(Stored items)

##########

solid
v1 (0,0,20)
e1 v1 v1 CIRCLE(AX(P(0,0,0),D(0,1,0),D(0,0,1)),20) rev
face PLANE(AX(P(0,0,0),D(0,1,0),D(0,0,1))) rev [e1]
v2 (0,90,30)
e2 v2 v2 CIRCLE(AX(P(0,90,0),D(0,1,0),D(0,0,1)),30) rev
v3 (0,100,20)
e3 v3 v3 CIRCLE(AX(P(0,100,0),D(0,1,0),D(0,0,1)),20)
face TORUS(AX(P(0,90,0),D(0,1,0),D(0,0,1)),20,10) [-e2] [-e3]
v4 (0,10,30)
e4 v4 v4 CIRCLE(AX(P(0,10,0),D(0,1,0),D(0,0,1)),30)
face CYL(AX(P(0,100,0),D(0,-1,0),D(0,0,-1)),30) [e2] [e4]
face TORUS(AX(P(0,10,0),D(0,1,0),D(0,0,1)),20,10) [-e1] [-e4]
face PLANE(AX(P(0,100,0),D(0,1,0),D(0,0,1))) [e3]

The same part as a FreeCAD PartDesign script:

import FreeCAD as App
import Part
import Sketcher

V = App.Vector


def edges_at(feature, points):
    """Names of the edges that pass closest to the given points."""
    edges = feature.Shape.Edges
    near = lambda p: min(range(len(edges)), key=lambda i: edges[i].distToShape(Part.Vertex(*p))[0])
    return sorted({f"Edge{near(p) + 1}" for p in points})

doc = App.newDocument("Part")
body = doc.addObject("PartDesign::Body", "Body")

# Sketch on XZ plane
sketch1 = doc.addObject("Sketcher::SketchObject", "Sketch")
body.addObject(sketch1)
sketch1.AttachmentSupport = (doc.XZ_Plane, [""])
sketch1.MapMode = "FlatFace"
sketch1.addGeometry(Part.Circle(V(0, 0, 0), V(0, 0, 1), 30), False)
sketch1.addConstraint(Sketcher.Constraint("Coincident", 0, 3, -1, 1))
sketch1.addConstraint(Sketcher.Constraint("Diameter", 0, 60.0))
pad1 = doc.addObject("PartDesign::Pad", "Pad")
body.addObject(pad1)
pad1.Profile = sketch1
pad1.Length = 100
pad1.Reversed = True
doc.recompute()

fillet = doc.addObject("PartDesign::Fillet", "Fillet")
body.addObject(fillet)
fillet.Base = (pad1, edges_at(pad1, [(0, 0, -30), (0, 100, -30)]))
fillet.Radius = 10

doc.recompute()
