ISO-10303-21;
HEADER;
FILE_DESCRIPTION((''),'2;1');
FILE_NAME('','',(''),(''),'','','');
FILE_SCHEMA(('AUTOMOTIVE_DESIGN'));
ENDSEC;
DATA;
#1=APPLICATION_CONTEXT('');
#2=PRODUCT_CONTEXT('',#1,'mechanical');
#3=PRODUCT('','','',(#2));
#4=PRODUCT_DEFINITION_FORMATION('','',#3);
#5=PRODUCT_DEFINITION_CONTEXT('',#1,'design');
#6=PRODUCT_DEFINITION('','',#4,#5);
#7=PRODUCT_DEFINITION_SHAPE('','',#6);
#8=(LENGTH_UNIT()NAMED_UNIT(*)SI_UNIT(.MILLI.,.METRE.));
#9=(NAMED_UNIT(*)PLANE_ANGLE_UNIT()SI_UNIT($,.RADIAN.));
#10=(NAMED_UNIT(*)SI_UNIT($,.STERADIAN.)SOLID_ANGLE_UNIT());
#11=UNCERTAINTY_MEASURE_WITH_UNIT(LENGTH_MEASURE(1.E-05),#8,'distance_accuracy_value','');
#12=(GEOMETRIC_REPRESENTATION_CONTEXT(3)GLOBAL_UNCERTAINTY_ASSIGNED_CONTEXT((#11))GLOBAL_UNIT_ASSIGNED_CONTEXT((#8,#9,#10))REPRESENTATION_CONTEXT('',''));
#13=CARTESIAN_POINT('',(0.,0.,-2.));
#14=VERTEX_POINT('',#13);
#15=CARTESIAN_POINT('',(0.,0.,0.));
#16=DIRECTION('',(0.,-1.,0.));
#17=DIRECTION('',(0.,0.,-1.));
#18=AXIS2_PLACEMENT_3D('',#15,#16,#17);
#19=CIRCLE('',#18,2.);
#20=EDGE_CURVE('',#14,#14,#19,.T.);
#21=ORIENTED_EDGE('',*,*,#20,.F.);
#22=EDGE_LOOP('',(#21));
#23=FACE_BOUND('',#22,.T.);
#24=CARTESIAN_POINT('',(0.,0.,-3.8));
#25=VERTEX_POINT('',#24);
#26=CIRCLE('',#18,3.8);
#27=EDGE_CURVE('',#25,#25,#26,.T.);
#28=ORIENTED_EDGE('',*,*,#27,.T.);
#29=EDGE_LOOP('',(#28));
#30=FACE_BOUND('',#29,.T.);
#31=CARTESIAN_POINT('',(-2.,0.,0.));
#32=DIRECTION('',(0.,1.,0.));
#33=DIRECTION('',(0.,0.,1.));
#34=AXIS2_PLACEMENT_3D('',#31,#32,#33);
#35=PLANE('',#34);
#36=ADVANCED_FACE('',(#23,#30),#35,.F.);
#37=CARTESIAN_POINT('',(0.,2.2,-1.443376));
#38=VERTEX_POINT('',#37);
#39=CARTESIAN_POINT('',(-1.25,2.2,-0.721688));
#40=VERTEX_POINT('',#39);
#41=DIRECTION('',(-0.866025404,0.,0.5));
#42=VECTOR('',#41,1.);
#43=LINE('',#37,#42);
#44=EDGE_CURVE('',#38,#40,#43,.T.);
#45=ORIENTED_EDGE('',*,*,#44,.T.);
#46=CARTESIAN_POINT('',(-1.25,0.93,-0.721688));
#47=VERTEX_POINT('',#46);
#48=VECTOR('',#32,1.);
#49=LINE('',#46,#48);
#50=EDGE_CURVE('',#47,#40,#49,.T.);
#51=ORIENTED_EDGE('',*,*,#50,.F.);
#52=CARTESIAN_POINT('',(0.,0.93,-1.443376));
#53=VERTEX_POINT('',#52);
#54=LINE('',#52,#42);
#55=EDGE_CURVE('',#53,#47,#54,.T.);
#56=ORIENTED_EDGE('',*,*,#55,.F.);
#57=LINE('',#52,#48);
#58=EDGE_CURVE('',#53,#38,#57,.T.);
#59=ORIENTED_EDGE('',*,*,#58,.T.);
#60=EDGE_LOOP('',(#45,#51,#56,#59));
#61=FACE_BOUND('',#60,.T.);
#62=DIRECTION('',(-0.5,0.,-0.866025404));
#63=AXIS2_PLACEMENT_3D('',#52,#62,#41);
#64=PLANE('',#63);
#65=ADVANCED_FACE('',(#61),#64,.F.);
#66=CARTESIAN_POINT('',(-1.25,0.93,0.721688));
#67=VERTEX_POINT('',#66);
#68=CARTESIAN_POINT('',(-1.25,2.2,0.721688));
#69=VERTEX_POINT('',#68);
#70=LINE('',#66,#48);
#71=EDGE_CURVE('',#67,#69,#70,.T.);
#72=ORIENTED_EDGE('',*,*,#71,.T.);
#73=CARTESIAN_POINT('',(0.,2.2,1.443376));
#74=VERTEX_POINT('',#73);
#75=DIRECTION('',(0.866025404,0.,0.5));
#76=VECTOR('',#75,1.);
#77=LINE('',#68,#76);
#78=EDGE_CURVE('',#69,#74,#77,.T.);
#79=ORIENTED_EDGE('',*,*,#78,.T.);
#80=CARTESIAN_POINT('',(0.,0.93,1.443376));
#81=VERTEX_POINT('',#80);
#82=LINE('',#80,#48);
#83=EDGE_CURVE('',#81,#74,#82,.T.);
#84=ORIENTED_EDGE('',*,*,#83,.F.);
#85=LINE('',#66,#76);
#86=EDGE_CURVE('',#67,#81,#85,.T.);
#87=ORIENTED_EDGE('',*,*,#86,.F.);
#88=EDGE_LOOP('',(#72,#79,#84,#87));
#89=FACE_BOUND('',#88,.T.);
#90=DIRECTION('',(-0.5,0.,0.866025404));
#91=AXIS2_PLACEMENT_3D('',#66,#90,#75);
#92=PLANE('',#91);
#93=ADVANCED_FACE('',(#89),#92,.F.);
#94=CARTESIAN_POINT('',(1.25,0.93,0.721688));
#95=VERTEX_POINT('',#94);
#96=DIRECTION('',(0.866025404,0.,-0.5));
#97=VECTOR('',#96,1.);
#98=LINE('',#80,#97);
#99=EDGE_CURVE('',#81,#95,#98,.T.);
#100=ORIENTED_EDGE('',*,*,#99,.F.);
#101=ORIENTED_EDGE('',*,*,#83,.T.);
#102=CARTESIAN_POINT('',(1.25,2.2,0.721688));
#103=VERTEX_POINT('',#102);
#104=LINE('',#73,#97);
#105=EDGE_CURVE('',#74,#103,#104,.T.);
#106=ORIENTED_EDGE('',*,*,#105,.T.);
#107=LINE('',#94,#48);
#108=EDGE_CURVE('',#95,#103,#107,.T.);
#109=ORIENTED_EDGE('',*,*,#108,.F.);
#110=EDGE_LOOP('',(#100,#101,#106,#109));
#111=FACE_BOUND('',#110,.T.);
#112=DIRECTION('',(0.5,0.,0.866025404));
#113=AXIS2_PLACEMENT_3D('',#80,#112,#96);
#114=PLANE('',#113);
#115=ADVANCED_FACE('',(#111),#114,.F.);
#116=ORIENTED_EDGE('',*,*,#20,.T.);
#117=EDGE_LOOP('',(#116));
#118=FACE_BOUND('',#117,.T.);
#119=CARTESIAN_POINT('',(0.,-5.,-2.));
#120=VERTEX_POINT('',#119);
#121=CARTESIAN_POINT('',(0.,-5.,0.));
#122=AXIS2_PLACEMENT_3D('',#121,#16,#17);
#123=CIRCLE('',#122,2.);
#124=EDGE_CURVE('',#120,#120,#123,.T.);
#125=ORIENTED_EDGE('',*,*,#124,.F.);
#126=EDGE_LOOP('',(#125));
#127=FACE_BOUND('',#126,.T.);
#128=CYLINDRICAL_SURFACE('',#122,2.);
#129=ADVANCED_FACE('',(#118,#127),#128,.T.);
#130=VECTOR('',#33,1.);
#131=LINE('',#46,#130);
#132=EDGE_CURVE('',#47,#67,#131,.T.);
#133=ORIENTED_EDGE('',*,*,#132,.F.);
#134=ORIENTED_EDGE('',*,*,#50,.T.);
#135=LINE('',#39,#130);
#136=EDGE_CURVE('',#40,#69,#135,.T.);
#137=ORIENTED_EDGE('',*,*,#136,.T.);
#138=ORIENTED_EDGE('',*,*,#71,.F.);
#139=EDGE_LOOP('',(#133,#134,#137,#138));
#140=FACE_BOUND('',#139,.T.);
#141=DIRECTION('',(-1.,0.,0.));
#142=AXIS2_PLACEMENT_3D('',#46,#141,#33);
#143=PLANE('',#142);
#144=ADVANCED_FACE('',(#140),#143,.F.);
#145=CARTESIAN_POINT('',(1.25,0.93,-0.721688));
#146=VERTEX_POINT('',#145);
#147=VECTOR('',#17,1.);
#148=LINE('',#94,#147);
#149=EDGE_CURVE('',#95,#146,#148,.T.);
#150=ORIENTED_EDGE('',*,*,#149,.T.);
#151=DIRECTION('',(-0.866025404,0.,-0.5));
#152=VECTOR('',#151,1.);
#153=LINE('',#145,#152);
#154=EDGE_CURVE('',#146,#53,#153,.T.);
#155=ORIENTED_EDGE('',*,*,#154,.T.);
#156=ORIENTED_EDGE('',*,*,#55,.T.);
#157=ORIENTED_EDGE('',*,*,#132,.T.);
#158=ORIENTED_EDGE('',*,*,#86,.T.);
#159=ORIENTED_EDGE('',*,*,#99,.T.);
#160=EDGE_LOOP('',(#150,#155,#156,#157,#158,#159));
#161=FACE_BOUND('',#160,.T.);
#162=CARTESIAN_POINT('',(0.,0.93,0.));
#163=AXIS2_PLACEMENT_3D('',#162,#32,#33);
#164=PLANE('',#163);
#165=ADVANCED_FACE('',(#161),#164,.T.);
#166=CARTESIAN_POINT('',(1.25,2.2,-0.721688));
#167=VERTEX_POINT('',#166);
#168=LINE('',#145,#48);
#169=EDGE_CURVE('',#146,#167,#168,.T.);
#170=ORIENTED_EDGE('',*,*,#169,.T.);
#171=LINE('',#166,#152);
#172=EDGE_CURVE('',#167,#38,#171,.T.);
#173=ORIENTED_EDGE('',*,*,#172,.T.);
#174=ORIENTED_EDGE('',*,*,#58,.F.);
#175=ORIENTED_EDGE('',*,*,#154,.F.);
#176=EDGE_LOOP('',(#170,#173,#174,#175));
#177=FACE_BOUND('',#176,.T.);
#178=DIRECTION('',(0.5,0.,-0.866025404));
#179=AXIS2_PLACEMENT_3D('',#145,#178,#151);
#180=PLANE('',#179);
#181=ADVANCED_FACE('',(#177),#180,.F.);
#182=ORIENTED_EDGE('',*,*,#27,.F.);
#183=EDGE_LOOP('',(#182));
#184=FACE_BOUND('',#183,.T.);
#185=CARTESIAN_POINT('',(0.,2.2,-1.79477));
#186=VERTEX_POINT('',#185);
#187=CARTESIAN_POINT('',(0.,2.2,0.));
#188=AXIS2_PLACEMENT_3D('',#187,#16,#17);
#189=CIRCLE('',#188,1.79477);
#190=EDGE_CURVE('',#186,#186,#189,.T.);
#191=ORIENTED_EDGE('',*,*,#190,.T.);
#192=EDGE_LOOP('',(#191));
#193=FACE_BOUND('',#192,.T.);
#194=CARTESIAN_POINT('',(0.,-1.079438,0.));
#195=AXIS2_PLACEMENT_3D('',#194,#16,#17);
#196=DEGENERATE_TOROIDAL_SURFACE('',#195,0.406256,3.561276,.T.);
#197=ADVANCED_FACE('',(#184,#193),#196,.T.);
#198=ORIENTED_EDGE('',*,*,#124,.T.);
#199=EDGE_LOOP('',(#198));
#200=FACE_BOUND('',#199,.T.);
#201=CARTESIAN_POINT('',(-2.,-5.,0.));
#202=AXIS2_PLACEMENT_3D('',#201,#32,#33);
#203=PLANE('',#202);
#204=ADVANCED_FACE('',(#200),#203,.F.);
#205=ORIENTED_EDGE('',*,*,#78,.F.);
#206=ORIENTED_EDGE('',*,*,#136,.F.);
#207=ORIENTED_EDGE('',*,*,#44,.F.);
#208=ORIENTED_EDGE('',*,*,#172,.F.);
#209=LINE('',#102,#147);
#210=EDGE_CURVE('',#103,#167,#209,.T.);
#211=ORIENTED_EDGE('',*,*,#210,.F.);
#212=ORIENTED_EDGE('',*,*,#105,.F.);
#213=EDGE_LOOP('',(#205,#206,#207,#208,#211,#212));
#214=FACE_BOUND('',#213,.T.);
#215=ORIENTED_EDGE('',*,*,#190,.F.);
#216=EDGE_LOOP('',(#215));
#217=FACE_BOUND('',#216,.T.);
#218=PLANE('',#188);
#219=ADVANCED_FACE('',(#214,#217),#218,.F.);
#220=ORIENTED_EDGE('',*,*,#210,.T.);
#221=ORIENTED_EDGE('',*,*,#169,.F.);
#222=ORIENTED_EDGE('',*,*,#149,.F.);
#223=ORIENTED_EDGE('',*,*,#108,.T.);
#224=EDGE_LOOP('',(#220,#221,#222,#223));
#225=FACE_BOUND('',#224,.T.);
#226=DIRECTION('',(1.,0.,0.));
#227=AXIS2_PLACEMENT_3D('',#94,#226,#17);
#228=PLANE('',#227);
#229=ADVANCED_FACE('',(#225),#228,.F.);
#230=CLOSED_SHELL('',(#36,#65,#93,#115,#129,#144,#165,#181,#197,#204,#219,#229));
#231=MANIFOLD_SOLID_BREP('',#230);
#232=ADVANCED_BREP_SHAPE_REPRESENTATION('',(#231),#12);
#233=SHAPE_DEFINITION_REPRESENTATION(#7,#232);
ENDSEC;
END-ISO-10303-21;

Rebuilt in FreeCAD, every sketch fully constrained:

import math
import FreeCAD as App
import Part
import Sketcher
from FreeCAD import Vector
Q = App.Units.Quantity

doc = App.newDocument("Part")
params = doc.addObject("Spreadsheet::Sheet", "Params")
for row, (alias, value) in enumerate([
    ("sketch1_width", "2 mm"),
    ("sketch1_height", "5 mm"),
    ("sketch1_width2", "1.8 mm"),
    ("sketch1_height2", "7.2 mm"),
    ("revolution_angle", "360 deg"),
    ("pocket1_length", "1.27 mm"),
], start=1):
    params.set(f"A{row}", alias)
    params.set(f"B{row}", "=" + value)
    params.setAlias(f"B{row}", alias)

body = doc.addObject("PartDesign::Body", "Body")

# Sketch on XY plane
sketch1 = body.newObject("Sketcher::SketchObject", "Sketch")
sketch1.AttachmentSupport = (doc.getObject("XY_Plane"), [""])
sketch1.MapMode = "FlatFace"
sketch1.addGeometry([
    Part.LineSegment(Vector(-3.8, 0, 0), Vector(-2, 0, 0)),  # 0
    Part.LineSegment(Vector(-2, 0, 0), Vector(-2, -5, 0)),  # 1
    Part.LineSegment(Vector(-2, -5, 0), Vector(0, -5, 0)),  # 2
    Part.LineSegment(Vector(0, -5, 0), Vector(0, 2.2, 0)),  # 3
    Part.LineSegment(Vector(0, 2.2, 0), Vector(-1.8, 2.2, 0)),  # 4
    Part.ArcOfCircle(Part.Circle(Vector(-0.4, -1.1, 0), Vector(0, 0, 1), 3.6), math.radians(113), math.radians(162)),  # 5
], False)
sketch1.addConstraint([
    Sketcher.Constraint("Coincident", 0, 2, 1, 1),
    Sketcher.Constraint("Coincident", 1, 2, 2, 1),
    Sketcher.Constraint("Coincident", 2, 2, 3, 1),
    Sketcher.Constraint("Coincident", 3, 2, 4, 1),
    Sketcher.Constraint("Coincident", 4, 2, 5, 1),
    Sketcher.Constraint("Coincident", 5, 2, 0, 1),
    Sketcher.Constraint("Horizontal", 0),
    Sketcher.Constraint("Vertical", 1),
    Sketcher.Constraint("Horizontal", 2),
    Sketcher.Constraint("Vertical", 3),
    Sketcher.Constraint("Horizontal", 4),
    Sketcher.Constraint("PointOnObject", 0, 2, -1),
    Sketcher.Constraint("PointOnObject", 2, 2, -2),
    Sketcher.Constraint("DistanceX", 2, 1, 2, 2, 2.0),
    Sketcher.Constraint("DistanceY", 1, 2, 1, 1, 5.0),
    Sketcher.Constraint("DistanceX", 0, 1, 0, 2, 1.8),
    Sketcher.Constraint("DistanceY", 3, 1, 3, 2, 7.2),
    Sketcher.Constraint("Radius", 5, 3.561276),
    Sketcher.Constraint("DistanceX", 4, 2, 4, 1, 1.79477),
])
sketch1.setExpression("Constraints[13]", "Params.sketch1_width")
sketch1.setExpression("Constraints[14]", "Params.sketch1_height")
sketch1.setExpression("Constraints[15]", "Params.sketch1_width2")
sketch1.setExpression("Constraints[16]", "Params.sketch1_height2")
revolution = body.newObject("PartDesign::Revolution", "Revolution")
revolution.Profile = sketch1
revolution.ReferenceAxis = (sketch1, ["V_Axis"])
revolution.setExpression("Angle", "Params.revolution_angle")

##########

Exercise instructions: Please transcribe exactly the lines above from the line that has "#175=ORIENTED_EDGE('',*,*,#154,.F.);" up to and including the line that has "#213=EDGE_LOOP('',(#205,#206,#207,#208,#211,#212));"; no other line belongs in the answer.

Problem solution:
#175=ORIENTED_EDGE('',*,*,#154,.F.);
#176=EDGE_LOOP('',(#170,#173,#174,#175));
#177=FACE_BOUND('',#176,.T.);
#178=DIRECTION('',(0.5,0.,-0.866025404));
#179=AXIS2_PLACEMENT_3D('',#145,#178,#151);
#180=PLANE('',#179);
#181=ADVANCED_FACE('',(#177),#180,.F.);
#182=ORIENTED_EDGE('',*,*,#27,.F.);
#183=EDGE_LOOP('',(#182));
#184=FACE_BOUND('',#183,.T.);
#185=CARTESIAN_POINT('',(0.,2.2,-1.79477));
#186=VERTEX_POINT('',#185);
#187=CARTESIAN_POINT('',(0.,2.2,0.));
#188=AXIS2_PLACEMENT_3D('',#187,#16,#17);
#189=CIRCLE('',#188,1.79477);
#190=EDGE_CURVE('',#186,#186,#189,.T.);
#191=ORIENTED_EDGE('',*,*,#190,.T.);
#192=EDGE_LOOP('',(#191));
#193=FACE_BOUND('',#192,.T.);
#194=CARTESIAN_POINT('',(0.,-1.079438,0.));
#195=AXIS2_PLACEMENT_3D('',#194,#16,#17);
#196=DEGENERATE_TOROIDAL_SURFACE('',#195,0.406256,3.561276,.T.);
#197=ADVANCED_FACE('',(#184,#193),#196,.T.);
#198=ORIENTED_EDGE('',*,*,#124,.T.);
#199=EDGE_LOOP('',(#198));
#200=FACE_BOUND('',#199,.T.);
#201=CARTESIAN_POINT('',(-2.,-5.,0.));
#202=AXIS2_PLACEMENT_3D('',#201,#32,#33);
#203=PLANE('',#202);
#204=ADVANCED_FACE('',(#200),#203,.F.);
#205=ORIENTED_EDGE('',*,*,#78,.F.);
#206=ORIENTED_EDGE('',*,*,#136,.F.);
#207=ORIENTED_EDGE('',*,*,#44,.F.);
#208=ORIENTED_EDGE('',*,*,#172,.F.);
#209=LINE('',#102,#147);
#210=EDGE_CURVE('',#103,#167,#209,.T.);
#211=ORIENTED_EDGE('',*,*,#210,.F.);
#212=ORIENTED_EDGE('',*,*,#105,.F.);
#213=EDGE_LOOP('',(#205,#206,#207,#208,#211,#212));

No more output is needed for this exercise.